__GOAL OF THE EXERCISE__
Please copy, exactly as they appear below, the lines from the one containing "v -640 690 340" through the one containing "v -727.998 1168.415 -1440".

--- DATA RECORDS Enclosed Below ---

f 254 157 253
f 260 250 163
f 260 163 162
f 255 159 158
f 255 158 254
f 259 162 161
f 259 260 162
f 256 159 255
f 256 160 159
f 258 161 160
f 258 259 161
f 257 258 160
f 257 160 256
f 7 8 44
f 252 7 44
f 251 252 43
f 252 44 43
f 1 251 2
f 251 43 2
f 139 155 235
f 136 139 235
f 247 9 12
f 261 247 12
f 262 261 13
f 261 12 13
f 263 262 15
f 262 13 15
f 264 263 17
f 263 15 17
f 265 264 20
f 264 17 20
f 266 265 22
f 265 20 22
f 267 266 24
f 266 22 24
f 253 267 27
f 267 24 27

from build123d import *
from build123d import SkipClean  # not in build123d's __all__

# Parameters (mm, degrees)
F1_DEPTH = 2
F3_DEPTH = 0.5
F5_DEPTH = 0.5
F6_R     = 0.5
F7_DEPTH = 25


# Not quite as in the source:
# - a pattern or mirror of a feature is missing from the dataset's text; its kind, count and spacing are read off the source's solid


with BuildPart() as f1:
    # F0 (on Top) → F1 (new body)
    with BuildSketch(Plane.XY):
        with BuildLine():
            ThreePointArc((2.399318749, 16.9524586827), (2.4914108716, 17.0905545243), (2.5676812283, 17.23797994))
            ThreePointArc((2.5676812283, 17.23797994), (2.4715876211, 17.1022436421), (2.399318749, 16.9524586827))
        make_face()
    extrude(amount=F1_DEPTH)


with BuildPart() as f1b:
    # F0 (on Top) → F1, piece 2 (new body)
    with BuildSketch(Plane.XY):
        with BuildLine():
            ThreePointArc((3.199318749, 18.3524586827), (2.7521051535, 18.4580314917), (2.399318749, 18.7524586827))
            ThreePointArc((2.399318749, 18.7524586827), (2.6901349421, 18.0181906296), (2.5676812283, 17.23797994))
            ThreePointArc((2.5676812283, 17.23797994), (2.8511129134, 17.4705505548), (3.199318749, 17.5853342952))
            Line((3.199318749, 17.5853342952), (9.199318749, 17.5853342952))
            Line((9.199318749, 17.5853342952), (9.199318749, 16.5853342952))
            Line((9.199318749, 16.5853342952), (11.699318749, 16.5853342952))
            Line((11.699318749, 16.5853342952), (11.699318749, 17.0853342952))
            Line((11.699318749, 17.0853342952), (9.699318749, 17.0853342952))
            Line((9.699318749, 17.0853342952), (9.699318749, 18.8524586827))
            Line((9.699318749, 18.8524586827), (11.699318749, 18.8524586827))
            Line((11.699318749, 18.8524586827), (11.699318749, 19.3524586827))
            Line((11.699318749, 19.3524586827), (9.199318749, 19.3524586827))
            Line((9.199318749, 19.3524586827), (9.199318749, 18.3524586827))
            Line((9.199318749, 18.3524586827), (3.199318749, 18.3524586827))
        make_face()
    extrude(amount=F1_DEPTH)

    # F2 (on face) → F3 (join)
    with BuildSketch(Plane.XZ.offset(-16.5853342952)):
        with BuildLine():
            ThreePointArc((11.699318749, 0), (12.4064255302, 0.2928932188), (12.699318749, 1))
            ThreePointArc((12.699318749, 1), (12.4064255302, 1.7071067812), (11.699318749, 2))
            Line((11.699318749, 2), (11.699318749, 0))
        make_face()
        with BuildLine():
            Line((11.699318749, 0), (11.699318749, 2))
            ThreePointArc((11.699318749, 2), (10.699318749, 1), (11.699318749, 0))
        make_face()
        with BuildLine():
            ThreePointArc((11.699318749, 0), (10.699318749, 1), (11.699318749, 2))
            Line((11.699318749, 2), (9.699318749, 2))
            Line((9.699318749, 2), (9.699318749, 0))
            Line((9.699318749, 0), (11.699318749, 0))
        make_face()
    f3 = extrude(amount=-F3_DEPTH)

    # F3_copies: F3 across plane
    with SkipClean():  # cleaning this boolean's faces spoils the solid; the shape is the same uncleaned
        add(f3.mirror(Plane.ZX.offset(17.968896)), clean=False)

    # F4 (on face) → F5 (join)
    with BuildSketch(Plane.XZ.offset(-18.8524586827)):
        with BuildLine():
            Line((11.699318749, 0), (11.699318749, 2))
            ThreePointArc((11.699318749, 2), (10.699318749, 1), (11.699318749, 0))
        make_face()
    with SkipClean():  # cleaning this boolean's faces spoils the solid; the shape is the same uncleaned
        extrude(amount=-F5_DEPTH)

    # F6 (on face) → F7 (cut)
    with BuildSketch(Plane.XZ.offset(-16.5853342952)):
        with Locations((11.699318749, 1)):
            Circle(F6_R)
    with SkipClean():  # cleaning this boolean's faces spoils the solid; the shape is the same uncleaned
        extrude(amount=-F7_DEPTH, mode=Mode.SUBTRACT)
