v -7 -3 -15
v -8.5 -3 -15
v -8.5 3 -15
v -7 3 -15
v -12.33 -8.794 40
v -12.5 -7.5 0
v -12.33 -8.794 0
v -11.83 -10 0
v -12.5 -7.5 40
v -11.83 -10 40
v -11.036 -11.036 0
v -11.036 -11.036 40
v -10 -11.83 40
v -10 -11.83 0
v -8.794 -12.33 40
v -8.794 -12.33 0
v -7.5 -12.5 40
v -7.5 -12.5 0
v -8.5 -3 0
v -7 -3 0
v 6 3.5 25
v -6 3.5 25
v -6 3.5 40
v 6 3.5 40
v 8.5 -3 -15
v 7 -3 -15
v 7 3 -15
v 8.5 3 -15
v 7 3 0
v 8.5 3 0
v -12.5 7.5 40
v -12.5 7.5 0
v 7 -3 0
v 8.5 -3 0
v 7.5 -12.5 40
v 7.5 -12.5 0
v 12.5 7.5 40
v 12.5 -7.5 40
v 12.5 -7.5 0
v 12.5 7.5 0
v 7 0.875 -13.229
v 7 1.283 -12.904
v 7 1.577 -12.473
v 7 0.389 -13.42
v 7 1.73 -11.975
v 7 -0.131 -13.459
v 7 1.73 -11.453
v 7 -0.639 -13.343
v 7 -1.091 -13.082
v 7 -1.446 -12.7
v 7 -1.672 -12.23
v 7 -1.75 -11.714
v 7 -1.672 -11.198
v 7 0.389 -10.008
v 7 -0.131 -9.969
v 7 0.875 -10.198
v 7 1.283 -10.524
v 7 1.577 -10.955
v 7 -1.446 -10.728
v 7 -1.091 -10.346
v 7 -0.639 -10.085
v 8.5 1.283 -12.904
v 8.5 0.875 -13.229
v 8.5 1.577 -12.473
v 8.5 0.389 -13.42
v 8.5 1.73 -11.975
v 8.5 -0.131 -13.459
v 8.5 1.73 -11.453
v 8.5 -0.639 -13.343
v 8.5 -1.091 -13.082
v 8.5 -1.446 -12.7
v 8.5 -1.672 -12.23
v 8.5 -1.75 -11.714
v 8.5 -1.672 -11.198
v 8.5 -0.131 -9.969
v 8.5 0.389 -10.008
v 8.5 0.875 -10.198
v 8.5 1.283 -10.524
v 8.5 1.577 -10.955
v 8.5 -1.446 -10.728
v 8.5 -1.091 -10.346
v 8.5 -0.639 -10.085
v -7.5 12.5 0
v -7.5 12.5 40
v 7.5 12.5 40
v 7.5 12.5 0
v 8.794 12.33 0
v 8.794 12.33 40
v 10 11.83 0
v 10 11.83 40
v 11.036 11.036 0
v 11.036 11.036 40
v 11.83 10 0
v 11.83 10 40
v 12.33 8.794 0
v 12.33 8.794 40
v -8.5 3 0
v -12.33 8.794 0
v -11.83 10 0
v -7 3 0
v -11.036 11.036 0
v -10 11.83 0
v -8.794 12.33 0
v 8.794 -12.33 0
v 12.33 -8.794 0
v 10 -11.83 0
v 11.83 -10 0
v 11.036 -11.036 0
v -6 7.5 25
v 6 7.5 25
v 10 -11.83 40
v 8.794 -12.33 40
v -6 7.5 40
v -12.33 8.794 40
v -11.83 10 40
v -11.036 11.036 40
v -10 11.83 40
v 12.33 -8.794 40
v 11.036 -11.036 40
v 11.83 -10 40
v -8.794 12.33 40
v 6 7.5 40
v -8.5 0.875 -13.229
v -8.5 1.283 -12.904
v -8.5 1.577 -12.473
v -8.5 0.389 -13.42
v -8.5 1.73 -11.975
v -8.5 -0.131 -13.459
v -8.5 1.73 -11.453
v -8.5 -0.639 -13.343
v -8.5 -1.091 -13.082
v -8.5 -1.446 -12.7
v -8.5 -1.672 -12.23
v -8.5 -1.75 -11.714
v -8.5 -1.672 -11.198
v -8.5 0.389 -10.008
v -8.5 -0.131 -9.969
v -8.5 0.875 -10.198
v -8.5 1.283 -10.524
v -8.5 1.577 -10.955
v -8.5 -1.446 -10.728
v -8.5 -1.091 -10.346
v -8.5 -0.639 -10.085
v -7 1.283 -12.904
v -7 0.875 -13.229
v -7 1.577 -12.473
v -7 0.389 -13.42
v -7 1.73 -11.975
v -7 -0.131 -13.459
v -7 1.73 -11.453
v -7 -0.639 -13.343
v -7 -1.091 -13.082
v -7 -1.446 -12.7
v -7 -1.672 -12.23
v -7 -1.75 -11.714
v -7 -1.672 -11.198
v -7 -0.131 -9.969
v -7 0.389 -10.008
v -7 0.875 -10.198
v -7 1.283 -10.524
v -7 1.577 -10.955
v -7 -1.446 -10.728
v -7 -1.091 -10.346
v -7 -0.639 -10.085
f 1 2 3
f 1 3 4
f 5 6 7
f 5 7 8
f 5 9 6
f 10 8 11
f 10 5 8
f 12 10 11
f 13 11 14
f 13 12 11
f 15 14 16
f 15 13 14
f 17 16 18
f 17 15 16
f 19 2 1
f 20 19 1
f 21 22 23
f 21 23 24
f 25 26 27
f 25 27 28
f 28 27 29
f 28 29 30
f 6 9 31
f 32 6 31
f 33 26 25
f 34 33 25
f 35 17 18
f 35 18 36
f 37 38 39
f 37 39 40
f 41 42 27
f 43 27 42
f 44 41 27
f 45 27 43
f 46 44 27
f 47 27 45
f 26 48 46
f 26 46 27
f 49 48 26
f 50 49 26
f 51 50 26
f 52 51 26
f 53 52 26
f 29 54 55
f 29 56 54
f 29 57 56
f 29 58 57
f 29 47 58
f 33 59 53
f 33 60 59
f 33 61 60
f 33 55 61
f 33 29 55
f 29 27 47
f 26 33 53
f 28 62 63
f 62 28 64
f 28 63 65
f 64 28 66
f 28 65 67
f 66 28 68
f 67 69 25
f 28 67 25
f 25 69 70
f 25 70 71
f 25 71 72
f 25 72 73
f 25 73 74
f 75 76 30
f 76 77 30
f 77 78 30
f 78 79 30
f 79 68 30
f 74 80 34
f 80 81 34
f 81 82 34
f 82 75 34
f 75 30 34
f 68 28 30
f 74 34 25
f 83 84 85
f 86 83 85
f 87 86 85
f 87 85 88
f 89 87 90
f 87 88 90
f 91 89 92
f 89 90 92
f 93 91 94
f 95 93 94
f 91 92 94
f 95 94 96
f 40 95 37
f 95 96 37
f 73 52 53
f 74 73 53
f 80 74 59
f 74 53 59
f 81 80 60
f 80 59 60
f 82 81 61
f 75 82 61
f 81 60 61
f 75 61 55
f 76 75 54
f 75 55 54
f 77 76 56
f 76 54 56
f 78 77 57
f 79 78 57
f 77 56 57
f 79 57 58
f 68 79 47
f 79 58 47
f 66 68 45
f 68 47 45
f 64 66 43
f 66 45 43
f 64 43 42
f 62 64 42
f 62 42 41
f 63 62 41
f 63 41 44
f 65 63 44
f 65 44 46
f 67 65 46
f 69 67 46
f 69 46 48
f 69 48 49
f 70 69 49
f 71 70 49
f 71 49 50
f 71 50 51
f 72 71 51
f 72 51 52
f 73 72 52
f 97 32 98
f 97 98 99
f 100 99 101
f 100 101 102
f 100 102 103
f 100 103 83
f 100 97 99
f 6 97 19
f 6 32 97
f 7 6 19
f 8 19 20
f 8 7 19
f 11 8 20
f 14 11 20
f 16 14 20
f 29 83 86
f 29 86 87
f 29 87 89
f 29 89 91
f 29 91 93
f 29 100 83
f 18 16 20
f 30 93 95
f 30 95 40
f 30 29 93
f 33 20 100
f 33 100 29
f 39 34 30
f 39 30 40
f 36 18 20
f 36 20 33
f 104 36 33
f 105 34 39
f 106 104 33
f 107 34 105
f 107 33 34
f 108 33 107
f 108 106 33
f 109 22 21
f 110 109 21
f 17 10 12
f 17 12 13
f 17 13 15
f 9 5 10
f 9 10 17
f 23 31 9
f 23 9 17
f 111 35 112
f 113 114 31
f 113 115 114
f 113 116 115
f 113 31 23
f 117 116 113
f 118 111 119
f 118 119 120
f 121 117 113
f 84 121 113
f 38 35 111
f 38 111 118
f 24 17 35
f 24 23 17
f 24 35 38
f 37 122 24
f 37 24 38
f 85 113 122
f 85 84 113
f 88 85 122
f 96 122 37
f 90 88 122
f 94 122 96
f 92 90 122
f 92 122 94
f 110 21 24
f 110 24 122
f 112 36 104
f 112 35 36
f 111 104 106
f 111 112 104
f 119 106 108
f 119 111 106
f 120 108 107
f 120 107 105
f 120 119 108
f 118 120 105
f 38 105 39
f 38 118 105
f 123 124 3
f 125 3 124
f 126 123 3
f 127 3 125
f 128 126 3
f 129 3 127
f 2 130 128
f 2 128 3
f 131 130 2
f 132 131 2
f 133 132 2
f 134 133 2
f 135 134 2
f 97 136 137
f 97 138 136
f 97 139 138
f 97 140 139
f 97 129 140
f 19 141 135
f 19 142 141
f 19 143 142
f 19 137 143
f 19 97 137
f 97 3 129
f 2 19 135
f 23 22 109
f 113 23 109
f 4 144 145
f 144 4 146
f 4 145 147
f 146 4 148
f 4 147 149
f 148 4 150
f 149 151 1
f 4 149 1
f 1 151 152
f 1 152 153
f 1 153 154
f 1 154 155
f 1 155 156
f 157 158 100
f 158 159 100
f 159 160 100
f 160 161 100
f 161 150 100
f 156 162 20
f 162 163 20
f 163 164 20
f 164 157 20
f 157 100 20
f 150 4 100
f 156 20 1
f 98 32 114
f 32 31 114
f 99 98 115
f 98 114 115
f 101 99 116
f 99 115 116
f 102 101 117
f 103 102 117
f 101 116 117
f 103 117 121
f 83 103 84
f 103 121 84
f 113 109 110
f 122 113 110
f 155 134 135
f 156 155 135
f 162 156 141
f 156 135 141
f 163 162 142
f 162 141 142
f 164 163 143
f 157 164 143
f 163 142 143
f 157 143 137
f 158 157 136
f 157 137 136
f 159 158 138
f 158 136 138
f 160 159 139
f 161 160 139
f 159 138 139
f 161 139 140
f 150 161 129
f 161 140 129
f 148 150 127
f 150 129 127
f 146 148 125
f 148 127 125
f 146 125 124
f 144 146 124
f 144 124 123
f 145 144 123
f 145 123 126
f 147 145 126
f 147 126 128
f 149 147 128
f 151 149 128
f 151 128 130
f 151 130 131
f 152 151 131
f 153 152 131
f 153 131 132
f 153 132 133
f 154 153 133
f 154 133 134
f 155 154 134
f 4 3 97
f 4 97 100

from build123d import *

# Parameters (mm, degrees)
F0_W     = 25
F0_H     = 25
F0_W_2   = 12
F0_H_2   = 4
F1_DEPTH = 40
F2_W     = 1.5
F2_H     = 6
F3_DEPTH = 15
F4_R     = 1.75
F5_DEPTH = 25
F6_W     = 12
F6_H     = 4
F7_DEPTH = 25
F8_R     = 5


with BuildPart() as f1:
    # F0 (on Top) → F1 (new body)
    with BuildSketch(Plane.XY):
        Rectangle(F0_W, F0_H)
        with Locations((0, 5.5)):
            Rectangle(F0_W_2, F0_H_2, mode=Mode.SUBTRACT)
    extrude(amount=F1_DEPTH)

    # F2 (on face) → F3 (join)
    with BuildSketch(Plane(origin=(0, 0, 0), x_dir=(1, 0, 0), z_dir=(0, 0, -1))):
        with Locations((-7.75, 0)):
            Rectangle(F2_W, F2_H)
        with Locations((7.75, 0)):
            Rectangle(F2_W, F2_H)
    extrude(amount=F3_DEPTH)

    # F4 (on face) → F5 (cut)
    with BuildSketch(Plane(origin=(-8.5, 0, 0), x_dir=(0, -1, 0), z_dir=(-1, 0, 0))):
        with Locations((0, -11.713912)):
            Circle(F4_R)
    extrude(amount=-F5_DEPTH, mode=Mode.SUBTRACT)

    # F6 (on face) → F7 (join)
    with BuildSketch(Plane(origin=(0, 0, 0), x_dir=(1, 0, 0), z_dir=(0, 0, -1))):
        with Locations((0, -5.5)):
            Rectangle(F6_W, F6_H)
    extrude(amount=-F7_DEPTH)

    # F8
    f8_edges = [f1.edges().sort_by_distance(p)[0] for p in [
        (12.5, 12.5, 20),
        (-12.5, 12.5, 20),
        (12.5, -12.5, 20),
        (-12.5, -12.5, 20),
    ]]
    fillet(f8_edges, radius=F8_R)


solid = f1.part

--- End of Enclosed DATA RECORDS ---
--- DATA RECORDS Enclosed Below ---

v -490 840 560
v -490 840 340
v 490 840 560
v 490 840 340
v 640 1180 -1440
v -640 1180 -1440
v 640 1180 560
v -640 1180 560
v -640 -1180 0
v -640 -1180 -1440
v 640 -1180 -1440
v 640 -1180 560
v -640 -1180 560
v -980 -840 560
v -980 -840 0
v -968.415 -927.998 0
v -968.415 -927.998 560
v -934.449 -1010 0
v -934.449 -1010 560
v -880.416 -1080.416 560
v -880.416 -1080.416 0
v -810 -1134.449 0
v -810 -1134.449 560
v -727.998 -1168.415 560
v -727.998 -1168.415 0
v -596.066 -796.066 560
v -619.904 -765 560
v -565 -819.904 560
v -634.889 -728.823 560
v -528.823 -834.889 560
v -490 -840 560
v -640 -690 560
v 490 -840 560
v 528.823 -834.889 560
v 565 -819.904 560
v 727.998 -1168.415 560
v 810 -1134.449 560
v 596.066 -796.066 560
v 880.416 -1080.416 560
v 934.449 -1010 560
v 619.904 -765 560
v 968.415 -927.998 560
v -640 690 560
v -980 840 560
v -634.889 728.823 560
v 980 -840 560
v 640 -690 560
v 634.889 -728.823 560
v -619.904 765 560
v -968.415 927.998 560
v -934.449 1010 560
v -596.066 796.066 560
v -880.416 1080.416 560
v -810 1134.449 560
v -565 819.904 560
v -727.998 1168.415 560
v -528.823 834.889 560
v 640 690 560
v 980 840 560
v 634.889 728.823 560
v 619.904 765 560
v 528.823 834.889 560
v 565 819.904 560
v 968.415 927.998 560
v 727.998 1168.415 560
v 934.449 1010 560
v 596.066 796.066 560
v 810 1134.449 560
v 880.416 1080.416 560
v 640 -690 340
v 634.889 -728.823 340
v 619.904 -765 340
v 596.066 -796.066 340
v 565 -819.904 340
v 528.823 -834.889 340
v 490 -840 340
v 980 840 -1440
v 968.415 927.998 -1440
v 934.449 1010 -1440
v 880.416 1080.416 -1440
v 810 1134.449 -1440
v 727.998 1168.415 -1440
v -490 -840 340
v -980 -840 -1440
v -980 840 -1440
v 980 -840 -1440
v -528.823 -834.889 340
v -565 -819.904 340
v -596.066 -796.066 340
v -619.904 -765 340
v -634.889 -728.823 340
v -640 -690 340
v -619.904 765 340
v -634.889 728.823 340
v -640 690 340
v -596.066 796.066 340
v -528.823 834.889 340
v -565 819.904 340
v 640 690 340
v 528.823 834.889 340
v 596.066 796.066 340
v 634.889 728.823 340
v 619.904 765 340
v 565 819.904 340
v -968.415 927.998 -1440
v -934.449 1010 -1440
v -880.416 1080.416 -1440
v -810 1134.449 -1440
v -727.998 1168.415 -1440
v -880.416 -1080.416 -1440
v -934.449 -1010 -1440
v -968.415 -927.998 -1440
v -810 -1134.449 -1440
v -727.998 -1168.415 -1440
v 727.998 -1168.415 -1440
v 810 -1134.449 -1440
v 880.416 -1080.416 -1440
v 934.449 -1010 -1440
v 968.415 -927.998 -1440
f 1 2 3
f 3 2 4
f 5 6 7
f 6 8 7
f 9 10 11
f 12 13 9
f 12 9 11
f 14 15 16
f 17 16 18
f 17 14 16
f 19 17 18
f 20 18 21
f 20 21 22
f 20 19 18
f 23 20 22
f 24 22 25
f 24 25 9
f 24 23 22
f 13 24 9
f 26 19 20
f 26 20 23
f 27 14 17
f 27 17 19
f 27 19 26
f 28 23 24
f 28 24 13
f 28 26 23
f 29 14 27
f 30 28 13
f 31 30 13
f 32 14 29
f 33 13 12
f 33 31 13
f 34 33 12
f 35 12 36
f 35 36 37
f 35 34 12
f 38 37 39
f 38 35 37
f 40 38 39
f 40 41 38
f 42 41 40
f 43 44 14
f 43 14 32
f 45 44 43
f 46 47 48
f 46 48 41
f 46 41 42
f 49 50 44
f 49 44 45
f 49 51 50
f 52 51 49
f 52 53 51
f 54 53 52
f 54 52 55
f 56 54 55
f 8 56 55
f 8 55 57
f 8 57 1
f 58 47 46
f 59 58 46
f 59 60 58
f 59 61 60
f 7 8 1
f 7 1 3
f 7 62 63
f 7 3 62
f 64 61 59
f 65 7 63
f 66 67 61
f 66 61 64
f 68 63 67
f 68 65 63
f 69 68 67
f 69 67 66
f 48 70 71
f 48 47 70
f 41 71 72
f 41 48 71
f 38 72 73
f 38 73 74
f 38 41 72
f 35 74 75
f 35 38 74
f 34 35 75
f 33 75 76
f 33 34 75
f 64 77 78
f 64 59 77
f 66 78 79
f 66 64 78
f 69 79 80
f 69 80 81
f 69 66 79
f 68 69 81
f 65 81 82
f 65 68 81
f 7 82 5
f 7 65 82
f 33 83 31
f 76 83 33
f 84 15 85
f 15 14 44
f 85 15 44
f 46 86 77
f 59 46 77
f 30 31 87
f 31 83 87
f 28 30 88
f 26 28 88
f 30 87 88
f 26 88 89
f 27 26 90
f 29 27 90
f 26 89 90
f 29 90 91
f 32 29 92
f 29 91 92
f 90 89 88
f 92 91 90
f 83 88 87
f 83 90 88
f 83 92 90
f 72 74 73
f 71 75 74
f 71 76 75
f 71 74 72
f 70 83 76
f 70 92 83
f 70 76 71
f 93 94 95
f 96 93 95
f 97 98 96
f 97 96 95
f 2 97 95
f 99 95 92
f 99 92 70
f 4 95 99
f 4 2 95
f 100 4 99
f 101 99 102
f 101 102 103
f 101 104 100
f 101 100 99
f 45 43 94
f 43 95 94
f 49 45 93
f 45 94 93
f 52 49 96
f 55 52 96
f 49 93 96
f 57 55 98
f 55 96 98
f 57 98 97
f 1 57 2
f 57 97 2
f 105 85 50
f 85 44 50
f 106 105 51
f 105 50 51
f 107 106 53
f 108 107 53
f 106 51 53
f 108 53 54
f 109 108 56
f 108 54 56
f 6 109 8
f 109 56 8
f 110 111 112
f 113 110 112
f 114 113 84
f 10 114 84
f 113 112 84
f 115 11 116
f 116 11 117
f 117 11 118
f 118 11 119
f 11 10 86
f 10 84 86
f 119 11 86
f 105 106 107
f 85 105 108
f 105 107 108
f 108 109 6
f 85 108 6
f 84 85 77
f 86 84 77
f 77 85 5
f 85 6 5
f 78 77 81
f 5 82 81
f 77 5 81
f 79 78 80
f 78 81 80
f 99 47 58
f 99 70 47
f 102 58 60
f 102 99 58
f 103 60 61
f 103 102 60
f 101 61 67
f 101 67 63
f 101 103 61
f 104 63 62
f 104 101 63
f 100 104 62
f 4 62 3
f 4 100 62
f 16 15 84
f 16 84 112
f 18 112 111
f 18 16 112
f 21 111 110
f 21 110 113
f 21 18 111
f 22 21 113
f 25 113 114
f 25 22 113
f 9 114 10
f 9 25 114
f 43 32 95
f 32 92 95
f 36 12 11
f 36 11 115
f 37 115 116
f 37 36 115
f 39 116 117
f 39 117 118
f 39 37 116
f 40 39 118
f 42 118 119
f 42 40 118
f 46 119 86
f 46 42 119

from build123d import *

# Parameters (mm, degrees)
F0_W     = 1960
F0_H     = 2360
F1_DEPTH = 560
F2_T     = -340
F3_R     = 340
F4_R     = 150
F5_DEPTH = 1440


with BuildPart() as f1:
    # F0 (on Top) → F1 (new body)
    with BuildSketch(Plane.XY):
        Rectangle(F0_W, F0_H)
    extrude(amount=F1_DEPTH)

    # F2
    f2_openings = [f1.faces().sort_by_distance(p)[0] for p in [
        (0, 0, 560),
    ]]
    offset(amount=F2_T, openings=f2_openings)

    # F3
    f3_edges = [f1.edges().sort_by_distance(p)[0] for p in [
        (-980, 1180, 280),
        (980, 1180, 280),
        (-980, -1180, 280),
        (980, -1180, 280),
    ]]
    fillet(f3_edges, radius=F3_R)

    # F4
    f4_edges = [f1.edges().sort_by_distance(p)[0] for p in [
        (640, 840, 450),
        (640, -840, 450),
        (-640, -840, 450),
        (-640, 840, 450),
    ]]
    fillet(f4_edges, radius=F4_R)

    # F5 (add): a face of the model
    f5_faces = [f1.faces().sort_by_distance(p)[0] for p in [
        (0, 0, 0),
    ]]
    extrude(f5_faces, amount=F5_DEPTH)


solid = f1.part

--- End of Enclosed DATA RECORDS ---

__ANSWER TO THE PROBLEM__
v -640 690 340
v -596.066 796.066 340
v -528.823 834.889 340
v -565 819.904 340
v 640 690 340
v 528.823 834.889 340
v 596.066 796.066 340
v 634.889 728.823 340
v 619.904 765 340
v 565 819.904 340
v -968.415 927.998 -1440
v -934.449 1010 -1440
v -880.416 1080.416 -1440
v -810 1134.449 -1440
v -727.998 1168.415 -1440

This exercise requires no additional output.